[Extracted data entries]
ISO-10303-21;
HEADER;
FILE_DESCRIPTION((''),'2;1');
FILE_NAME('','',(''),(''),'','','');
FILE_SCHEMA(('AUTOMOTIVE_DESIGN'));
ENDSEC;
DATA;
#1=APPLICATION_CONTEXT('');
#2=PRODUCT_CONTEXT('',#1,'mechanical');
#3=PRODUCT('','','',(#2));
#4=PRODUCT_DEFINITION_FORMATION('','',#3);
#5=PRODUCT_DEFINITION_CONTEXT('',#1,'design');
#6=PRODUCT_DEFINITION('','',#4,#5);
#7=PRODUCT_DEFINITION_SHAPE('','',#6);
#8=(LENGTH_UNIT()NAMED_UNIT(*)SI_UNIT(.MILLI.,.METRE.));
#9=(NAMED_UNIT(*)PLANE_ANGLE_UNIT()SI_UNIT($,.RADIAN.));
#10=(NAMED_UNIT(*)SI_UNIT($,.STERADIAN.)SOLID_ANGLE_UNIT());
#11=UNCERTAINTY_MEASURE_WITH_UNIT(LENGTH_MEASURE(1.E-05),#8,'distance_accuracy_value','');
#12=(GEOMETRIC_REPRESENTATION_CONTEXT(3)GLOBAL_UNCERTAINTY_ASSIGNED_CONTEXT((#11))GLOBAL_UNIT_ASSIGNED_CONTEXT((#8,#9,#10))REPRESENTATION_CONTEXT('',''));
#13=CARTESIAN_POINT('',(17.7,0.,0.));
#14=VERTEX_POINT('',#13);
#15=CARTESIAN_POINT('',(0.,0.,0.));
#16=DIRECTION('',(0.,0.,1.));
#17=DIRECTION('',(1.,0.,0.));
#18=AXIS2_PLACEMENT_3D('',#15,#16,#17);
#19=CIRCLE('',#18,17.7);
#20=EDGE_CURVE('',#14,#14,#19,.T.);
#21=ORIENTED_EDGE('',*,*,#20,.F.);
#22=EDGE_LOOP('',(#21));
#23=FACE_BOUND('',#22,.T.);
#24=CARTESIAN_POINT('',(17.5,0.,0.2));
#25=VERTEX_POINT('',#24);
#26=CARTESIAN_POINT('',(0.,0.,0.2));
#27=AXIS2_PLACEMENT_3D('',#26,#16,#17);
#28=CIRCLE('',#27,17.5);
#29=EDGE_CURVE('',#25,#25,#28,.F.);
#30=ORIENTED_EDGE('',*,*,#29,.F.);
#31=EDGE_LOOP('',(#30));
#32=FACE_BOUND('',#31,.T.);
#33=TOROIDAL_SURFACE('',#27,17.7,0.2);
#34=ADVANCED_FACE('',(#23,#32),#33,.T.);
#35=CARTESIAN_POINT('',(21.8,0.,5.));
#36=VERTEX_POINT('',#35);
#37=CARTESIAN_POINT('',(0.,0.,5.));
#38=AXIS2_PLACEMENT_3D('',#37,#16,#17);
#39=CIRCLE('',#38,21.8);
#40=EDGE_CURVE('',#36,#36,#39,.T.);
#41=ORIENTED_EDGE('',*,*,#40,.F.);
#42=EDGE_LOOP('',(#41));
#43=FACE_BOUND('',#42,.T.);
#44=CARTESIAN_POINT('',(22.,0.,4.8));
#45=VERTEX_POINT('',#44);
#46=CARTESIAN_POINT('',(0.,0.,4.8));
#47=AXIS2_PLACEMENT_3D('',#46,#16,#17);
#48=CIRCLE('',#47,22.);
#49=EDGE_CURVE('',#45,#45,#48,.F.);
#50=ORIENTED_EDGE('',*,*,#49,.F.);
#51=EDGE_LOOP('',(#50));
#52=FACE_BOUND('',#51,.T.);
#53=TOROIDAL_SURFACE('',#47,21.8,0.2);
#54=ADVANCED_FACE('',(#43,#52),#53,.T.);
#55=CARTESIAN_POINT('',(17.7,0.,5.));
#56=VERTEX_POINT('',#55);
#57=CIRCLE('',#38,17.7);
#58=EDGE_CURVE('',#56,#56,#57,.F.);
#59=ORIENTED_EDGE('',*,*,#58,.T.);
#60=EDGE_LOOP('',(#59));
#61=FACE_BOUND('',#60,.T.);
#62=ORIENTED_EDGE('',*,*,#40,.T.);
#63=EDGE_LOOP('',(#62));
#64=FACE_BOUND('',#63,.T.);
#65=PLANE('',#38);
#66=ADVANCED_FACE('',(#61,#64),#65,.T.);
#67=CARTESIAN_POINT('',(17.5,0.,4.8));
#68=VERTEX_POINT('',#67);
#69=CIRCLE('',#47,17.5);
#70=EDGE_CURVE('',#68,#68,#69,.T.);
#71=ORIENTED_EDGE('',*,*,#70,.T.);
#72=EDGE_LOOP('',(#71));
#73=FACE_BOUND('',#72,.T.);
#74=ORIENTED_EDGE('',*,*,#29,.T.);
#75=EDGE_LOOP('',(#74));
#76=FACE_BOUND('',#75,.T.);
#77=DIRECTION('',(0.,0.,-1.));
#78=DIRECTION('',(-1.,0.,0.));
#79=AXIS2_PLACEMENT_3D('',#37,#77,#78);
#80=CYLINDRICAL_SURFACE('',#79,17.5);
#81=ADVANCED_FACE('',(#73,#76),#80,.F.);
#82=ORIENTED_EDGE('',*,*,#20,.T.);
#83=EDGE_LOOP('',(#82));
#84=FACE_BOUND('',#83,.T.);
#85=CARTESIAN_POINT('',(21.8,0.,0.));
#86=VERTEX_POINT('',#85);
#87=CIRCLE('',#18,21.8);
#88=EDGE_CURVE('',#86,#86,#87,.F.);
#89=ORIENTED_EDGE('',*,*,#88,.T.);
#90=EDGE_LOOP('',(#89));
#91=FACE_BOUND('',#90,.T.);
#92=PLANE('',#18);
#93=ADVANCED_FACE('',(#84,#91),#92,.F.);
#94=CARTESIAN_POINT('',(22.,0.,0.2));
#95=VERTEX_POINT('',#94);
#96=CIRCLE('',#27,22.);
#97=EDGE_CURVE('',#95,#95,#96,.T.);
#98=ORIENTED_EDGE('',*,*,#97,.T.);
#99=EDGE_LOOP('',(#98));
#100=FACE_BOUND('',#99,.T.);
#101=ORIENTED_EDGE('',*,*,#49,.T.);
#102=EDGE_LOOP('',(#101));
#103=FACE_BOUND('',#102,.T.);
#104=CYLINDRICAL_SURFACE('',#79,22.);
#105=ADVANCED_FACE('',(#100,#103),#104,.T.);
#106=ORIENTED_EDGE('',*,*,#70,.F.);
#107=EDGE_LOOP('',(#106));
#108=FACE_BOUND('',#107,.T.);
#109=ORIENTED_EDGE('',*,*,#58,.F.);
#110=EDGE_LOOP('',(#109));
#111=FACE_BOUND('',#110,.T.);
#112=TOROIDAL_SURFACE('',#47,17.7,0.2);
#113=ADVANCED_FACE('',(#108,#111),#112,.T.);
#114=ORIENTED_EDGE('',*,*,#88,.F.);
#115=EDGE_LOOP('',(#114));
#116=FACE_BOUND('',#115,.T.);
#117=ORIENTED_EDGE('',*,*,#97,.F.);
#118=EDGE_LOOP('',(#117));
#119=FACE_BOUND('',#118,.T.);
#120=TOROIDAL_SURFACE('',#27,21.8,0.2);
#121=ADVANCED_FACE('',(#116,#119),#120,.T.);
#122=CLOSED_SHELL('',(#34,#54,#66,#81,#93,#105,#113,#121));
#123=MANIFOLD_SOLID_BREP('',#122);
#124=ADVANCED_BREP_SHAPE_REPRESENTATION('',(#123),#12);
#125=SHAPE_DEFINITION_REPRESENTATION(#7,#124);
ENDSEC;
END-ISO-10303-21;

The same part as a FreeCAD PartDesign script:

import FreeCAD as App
import Part
import Sketcher
from FreeCAD import Vector
Q = App.Units.Quantity


def edges_at(feature, points):
    """Names of the edges that pass closest to the given points."""
    edges = feature.Shape.Edges
    near = lambda p: min(range(len(edges)), key=lambda i: edges[i].distToShape(Part.Vertex(*p))[0])
    return sorted({f"Edge{near(p) + 1}" for p in points})

doc = App.newDocument("Part")
body = doc.addObject("PartDesign::Body", "Body")

# Sketch on XY plane
sketch1 = body.newObject("Sketcher::SketchObject", "Sketch")
sketch1.AttachmentSupport = (doc.getObject("XY_Plane"), [""])
sketch1.MapMode = "FlatFace"
sketch1.addGeometry([
    Part.Circle(Vector(0, 0, 0), Vector(0, 0, 1), 22),
    Part.Circle(Vector(0, 0, 0), Vector(0, 0, 1), 18),
], False)
sketch1.addConstraint([
    Sketcher.Constraint("Coincident", 0, 3, -1, 1),
    Sketcher.Constraint("Coincident", 1, 3, -1, 1),
    Sketcher.Constraint("Diameter", 0, Q("44 mm")),
    Sketcher.Constraint("Diameter", 1, Q("35 mm")),
])
pad1 = body.newObject("PartDesign::Pad", "Pad")
pad1.Profile = sketch1
pad1.Length = 5
doc.recompute()

fillet = body.newObject("PartDesign::Fillet", "Fillet")
fillet.Base = (pad1, edges_at(pad1, [
    (-22, 0, 0),
    (-22, 0, 5),
    (-17.5, 0, 0),
    (-17.5, 0, 5),
]))
fillet.Radius = 0.2

doc.recompute()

* Work required
Above are the entries. Quote exactly the lines from the one bearing "#67=CARTESIAN_POINT('',(17.5,0.,4.8));" through the one bearing "#74=ORIENTED_EDGE('',*,*,#29,.T.);".

* Problem solution
#67=CARTESIAN_POINT('',(17.5,0.,4.8));
#68=VERTEX_POINT('',#67);
#69=CIRCLE('',#47,17.5);
#70=EDGE_CURVE('',#68,#68,#69,.T.);
#71=ORIENTED_EDGE('',*,*,#70,.T.);
#72=EDGE_LOOP('',(#71));
#73=FACE_BOUND('',#72,.T.);
#74=ORIENTED_EDGE('',*,*,#29,.T.);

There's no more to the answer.